The Stanford men’s water polo team began the weekend ranked first in the nation. After dropping a 10-9 overtime decision to visiting California on Sunday in the third-place game of the Mountain Pacific Sports Federation Championship, the Cardinal finds itself out of the NCAA tournament.

Stanford (19-5) is the latest causality in what is, by necessity, an unbalanced bracket. The Cardinal has been ranked among the nation’s top four all season but since those same four are also competing in the same conference, one loses out every year as the NCAA has two at-large berths to allocate and they’ve always gone to MPSF teams. Sharing the regular-season title with California was not enough.

Stanford was a combined 2-5 against USC, California and UCLA. But the Cardinal was 3-0, with a margin of victory of 34 points, over three other teams in the tournament.

Sunday’s match felt much like the competitive regular-season series, which resulted in a split. The Golden Bears prevailed 11-9 on Sept. 24 in the Mountain Pacific Invitational in Los Angeles before the Cardinal won 11-10 on Nov. 9 in the Big Splash at Avery Aquatic Center.

“It was a hard-fought game both ways,” said Stanford coach John Vargas. “It went to overtime and you have to give credit to Cal, they pulled it out. It was back and forth throughout. They made the plays and we didn’t. We worked hard all season and put it on the line and that’s all we can do.”

In a game of runs, Stanford used three unanswered scores to surge ahead, 8-7, on a Connor Stapleton goal with 2:11 remaining in regulation.
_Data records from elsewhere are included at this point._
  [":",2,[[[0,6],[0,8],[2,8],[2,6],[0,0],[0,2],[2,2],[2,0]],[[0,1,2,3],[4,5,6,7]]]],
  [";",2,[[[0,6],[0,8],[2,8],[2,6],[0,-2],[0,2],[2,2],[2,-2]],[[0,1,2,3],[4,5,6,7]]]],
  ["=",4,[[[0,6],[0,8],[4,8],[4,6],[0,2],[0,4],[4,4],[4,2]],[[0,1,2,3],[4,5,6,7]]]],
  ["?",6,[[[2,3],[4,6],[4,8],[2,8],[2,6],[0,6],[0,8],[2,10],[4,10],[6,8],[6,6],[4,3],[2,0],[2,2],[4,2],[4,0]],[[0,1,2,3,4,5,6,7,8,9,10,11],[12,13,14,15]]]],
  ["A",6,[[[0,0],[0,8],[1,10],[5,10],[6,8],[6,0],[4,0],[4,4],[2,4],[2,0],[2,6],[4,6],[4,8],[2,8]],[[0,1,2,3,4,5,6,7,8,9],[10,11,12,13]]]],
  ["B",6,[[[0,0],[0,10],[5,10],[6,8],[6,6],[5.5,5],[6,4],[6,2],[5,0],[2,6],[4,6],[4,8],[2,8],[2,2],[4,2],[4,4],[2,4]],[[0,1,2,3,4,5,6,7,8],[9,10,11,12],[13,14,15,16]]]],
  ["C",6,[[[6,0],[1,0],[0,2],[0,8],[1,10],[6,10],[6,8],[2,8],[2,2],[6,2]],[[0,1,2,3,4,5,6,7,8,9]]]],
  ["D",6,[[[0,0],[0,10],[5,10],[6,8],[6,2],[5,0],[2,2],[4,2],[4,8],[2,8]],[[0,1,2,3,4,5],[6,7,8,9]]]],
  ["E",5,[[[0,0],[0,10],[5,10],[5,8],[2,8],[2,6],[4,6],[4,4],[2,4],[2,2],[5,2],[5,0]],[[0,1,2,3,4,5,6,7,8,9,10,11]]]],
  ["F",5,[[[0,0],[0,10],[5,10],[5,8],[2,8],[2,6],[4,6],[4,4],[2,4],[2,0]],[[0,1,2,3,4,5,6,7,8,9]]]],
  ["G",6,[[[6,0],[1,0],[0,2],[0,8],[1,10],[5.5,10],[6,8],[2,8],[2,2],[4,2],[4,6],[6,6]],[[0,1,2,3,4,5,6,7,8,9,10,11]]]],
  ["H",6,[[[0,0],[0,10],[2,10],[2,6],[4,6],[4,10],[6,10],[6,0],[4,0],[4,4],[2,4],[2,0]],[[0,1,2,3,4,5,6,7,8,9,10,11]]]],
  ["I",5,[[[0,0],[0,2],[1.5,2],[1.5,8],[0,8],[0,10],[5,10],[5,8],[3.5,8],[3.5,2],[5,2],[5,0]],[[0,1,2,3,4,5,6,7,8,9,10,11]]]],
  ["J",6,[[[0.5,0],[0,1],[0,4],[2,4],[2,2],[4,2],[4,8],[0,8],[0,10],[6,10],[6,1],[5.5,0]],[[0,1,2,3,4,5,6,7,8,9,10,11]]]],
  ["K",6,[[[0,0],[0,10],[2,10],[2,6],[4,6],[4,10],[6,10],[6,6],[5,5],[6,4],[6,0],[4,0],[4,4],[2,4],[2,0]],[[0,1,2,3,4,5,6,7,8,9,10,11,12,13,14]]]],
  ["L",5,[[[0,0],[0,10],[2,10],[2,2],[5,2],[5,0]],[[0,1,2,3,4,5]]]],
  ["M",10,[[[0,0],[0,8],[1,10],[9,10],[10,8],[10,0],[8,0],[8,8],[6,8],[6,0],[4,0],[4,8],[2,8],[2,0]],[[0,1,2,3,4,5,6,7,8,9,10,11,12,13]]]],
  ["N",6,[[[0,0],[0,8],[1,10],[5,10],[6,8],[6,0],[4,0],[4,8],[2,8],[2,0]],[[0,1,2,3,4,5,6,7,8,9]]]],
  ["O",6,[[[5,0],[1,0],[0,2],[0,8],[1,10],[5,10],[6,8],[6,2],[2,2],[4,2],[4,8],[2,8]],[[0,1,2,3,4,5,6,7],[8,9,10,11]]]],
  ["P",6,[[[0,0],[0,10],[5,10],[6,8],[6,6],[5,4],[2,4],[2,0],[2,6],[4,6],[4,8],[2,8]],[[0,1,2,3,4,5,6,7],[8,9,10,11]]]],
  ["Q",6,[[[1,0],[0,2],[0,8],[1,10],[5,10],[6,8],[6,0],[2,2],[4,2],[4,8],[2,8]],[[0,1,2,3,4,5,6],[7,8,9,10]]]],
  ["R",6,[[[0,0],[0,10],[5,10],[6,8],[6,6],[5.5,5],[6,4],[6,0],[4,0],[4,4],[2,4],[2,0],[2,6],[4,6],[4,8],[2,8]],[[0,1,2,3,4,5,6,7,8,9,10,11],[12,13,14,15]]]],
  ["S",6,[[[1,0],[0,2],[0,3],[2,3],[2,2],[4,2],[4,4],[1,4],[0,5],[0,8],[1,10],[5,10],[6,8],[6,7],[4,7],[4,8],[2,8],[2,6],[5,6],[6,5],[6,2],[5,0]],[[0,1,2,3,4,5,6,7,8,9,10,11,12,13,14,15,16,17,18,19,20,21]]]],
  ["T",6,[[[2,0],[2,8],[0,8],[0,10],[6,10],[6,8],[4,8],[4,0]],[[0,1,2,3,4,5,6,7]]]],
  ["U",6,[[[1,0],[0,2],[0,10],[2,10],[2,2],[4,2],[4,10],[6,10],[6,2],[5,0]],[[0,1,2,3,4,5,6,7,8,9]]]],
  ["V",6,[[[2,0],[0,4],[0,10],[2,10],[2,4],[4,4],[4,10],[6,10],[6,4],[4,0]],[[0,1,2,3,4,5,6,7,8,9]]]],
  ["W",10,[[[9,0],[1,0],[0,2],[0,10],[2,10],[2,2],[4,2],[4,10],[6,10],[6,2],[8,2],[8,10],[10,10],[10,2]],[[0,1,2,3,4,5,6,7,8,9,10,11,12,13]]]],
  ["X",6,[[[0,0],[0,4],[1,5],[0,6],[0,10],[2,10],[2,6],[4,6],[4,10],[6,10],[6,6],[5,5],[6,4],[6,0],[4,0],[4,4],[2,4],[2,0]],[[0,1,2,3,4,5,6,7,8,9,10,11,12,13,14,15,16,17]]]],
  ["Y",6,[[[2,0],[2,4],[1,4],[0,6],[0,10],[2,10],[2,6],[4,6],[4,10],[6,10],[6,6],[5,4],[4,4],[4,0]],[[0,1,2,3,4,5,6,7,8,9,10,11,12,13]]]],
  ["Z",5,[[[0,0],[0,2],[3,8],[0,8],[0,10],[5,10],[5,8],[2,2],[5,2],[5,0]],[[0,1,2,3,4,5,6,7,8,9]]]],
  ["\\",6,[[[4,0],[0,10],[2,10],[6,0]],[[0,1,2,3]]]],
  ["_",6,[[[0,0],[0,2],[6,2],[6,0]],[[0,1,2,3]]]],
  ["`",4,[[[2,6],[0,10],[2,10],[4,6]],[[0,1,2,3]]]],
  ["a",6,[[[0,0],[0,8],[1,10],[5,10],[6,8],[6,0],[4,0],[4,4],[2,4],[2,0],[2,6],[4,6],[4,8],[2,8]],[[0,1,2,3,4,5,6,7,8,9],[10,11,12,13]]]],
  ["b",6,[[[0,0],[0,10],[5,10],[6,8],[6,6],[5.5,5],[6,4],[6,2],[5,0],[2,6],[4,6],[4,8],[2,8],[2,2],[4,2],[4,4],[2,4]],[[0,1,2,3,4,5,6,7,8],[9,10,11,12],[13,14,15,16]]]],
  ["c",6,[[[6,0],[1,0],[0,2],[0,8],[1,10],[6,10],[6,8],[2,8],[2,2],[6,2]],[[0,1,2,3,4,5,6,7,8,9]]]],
With less than 50 seconds remaining, Cal gained possession and Olympian Luca Cupido, Cal’s leading scorer, connected from long range with 11 seconds left to tie the match and force overtime.

The Bears (20-3) scored a pair of goals in the first overtime period and held off Stanford’s charge over the second overtime session to earn the victory.

Stanford received two goals apiece from Ben Hallock and Blake Parrish as seven different players found the net

The Cardinal took control early, jumping in front 4-1 and closing the first period with a 5-3 advantage.

Trailing 5-3, the Golden Bears scored four unanswered goals, the last of the stretch coming from Johnny Hooper to make it 7-5 with 3:40 remaining in the third quarter.

Stanford responded with its run of three consecutive goals, moving in front 8-7 with 2:11 remaining and setting up the exciting finish.

Drew Holland, who became Stanford’s all-time saves leader earlier this season, made six saves for the Cardinal.

USC defeated UCLA in the MPSF championship game to secure the conference title and the automatic berth in the NCAA championships.